I've just started studying quantitative finance and have had questions closed on this forum for being too basic; if that's the case for this one please let me know a more suitable place to ask.
Assume the lending and borrowing interest rates are both a fixed constant $r$; let $V_K(t,T)$ be the value at time $t$ of being long a forward contract with maturity $T$ and delivery price $K$, and let $F(t,T)$ be the forward price at $t$ of a forward contract with maturity $T$. Assume the asset being traded pays no income, and let $S_t$ be the price of the asset at $t$.

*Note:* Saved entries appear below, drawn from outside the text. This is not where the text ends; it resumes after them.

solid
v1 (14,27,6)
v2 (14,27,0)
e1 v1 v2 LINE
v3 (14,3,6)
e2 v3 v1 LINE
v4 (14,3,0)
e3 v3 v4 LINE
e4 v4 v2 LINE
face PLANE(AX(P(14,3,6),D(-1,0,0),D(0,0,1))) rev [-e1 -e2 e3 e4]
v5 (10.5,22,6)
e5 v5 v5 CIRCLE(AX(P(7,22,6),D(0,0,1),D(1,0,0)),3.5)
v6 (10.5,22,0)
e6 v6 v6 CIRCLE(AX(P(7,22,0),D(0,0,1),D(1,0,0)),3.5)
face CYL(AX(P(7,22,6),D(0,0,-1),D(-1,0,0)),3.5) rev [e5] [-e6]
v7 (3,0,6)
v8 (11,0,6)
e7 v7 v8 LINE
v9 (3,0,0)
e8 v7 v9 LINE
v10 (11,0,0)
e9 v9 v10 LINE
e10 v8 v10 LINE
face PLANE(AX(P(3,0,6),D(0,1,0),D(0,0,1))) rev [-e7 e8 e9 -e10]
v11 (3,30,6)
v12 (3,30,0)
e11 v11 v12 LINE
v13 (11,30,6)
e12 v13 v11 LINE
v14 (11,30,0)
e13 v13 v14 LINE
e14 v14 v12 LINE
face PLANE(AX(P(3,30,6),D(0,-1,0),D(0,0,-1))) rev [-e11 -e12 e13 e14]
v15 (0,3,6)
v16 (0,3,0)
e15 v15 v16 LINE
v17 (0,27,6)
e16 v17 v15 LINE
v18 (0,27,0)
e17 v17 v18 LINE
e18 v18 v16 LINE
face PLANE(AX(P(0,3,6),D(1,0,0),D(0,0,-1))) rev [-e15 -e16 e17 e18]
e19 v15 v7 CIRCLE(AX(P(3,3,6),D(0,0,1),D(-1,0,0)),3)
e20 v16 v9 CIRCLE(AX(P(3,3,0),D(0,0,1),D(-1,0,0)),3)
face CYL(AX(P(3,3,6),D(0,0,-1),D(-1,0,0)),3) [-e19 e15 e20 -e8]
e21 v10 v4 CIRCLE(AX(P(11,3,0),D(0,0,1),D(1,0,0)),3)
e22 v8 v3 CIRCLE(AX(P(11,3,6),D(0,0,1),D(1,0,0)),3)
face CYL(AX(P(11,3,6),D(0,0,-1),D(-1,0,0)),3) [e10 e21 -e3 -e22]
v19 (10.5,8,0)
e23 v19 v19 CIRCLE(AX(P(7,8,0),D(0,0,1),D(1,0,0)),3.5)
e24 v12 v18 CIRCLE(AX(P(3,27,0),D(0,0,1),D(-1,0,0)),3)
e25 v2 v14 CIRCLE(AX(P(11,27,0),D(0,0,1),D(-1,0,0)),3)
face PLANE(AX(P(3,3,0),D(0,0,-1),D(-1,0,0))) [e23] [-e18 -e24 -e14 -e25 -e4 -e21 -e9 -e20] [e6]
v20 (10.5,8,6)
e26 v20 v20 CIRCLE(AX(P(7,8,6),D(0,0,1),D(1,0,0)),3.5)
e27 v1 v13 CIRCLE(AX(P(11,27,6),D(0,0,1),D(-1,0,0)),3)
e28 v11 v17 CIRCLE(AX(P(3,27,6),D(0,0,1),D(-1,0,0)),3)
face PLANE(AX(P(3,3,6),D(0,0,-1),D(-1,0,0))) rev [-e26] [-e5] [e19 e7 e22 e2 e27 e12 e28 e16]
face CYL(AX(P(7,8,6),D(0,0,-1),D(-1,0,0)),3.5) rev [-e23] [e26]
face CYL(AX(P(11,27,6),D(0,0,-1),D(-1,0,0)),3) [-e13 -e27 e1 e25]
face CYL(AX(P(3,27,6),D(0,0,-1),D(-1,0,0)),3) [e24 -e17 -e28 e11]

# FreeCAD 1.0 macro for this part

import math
import FreeCAD as App
import Part
import Sketcher
Q = App.Units.Quantity

doc = App.newDocument("Part")
body = doc.addObject("PartDesign::Body", "Body")

sketch1 = body.newObject("Sketcher::SketchObject", "Sketch")
sketch1.AttachmentSupport = (doc.getObject("XY_Plane"), [""])
sketch1.MapMode = "FlatFace"
sketch1.addGeometry([
    Part.LineSegment(App.Vector(3, 0, 0), App.Vector(11, 0, 0)),
    Part.ArcOfCircle(Part.Circle(App.Vector(11, 3, 0), App.Vector(0, 0, 1), 3), math.radians(-90), math.radians(0)),
    Part.LineSegment(App.Vector(14, 3, 0), App.Vector(14, 27, 0)),
    Part.ArcOfCircle(Part.Circle(App.Vector(11, 27, 0), App.Vector(0, 0, 1), 3), math.radians(0), math.radians(90)),
    Part.LineSegment(App.Vector(11, 30, 0), App.Vector(3, 30, 0)),
    Part.ArcOfCircle(Part.Circle(App.Vector(3, 27, 0), App.Vector(0, 0, 1), 3), math.radians(90), math.radians(180)),
    Part.LineSegment(App.Vector(0, 27, 0), App.Vector(0, 3, 0)),
    Part.ArcOfCircle(Part.Circle(App.Vector(3, 3, 0), App.Vector(0, 0, 1), 3), math.radians(180), math.radians(270)),
    Part.Circle(App.Vector(7, 8, 0), App.Vector(0, 0, 1), 3.5),
    Part.Circle(App.Vector(7, 22, 0), App.Vector(0, 0, 1), 3.5),
], False)
sketch1.addConstraint([
    Sketcher.Constraint("Tangent", 0, 2, 1, 1),
    Sketcher.Constraint("Tangent", 1, 2, 2, 1),
    Sketcher.Constraint("Tangent", 2, 2, 3, 1),
    Sketcher.Constraint("Tangent", 3, 2, 4, 1),
    Sketcher.Constraint("Tangent", 4, 2, 5, 1),
    Sketcher.Constraint("Tangent", 5, 2, 6, 1),
    Sketcher.Constraint("Tangent", 6, 2, 7, 1),
    Sketcher.Constraint("Tangent", 7, 2, 0, 1),
    Sketcher.Constraint("Horizontal", 0),
    Sketcher.Constraint("Vertical", 2),
    Sketcher.Constraint("Horizontal", 4),
    Sketcher.Constraint("Vertical", 6),
    Sketcher.Constraint("Equal", 1, 3),
    Sketcher.Constraint("Equal", 3, 5),
    Sketcher.Constraint("Equal", 5, 7),
    Sketcher.Constraint("Equal", 8, 9),
    Sketcher.Constraint("PointOnObject", 0, 2, -1),
    Sketcher.Constraint("PointOnObject", 5, 2, -2),
    Sketcher.Constraint("Vertical", 8, 3, 9, 3),
    Sketcher.Constraint("Diameter", 8, Q("7 mm")),
    Sketcher.Constraint("Radius", 1, Q("3 mm")),
    Sketcher.Constraint("DistanceX", 0, 1, 0, 2, Q("8 mm")),
    Sketcher.Constraint("DistanceY", 2, 1, 2, 2, Q("24 mm")),
    Sketcher.Constraint("DistanceX", -1, 1, 8, 3, Q("7 mm")),
    Sketcher.Constraint("DistanceY", -1, 1, 8, 3, Q("8 mm")),
    Sketcher.Constraint("DistanceY", -1, 1, 9, 3, Q("22 mm")),
])
pad1 = body.newObject("PartDesign::Pad", "Pad")
pad1.Profile = sketch1
pad1.Length = 6

doc.recompute()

We can compute $F(t,T)$ in two ways: using a replication proof or a zero-arbitrage proof. These proofs are taken from Blyth's Introduction to Quantitative Finance:
Replication. At current time $t$, we let portfolio $A$ consist of one unit of the asset and portfolio $B$ consist of long one forward contract with delivery price $K$, plus $Ke^{–r(T–t)}$ of cash which we deposit at the interest rate $r$. It's easy to verify that both portfolios have the same value at $T$, so they must have the same value at $t$; i.e., $$ S_t = V_K(t,T) + Ke^{-r(T-t)} $$ $F(t,T)$ is the delivery price $K$ such that $V_K(t,T) = 0$. Substituting for $K$ in the above equation gives us $F(t,T) = S_te^{r(T-t)}$.
No-Arbitrage. Assume $F(t,T) > S_te^{r(T-t)}$. Then starting with an empty portfolio, we can obtain a guaranteed profit by:
- At $t$: Going short a forward contract at the forward price and borrowing $S_t$ to buy one unit of the asset.
- At $T$: Executing the forward contract and repaying the loan.
It can be easily verified that this nets $F(t,T) - S_te^{r(T-t)}$ in profit. Assuming no-arbitrage, it follows that $F(t,T) \leq S_te^{r(T-t)}$.
Now assuming $F(t,T) < S_te^{r(T-t)}$, we can obtain a guaranteed profit by:
- At $t$: Going long a forward contract at the forward price and selling one unit of the asset, depositing the proceeds $S_t$.
- At $T$: Withdrawing the money and executing the forward contract. This guarantees a profit $S_te^{r(T-t)} - S_t$, and so we conclude that $F(t,T) = S_te^{r(T-t)}$.
My question is this: What happens if we instead assume that the borrowing rate is $r_{OFF}$ and the lending rate is $r_{BID}$, with $r_{BID} < r_{OFF}$? The no-arbitrage proof easily generalizes to a proof that $$S_te^{r_{BID}(T-t)} \leq F(t,T) \leq S_te^{r_{OFF}(T-t)}.$$
To my knowledge these bounds are the best we can do. But doesn't the replication proof also generalize? In portfolio $B$, the interest rate on the deposit is $r_{BID}$, so we should obtain $F(t,T) = S_te^{r_{BID}(T-t)}$. This is not a set of bounds, but rather a precise value, which shouldn't be right. Where am I going wrong?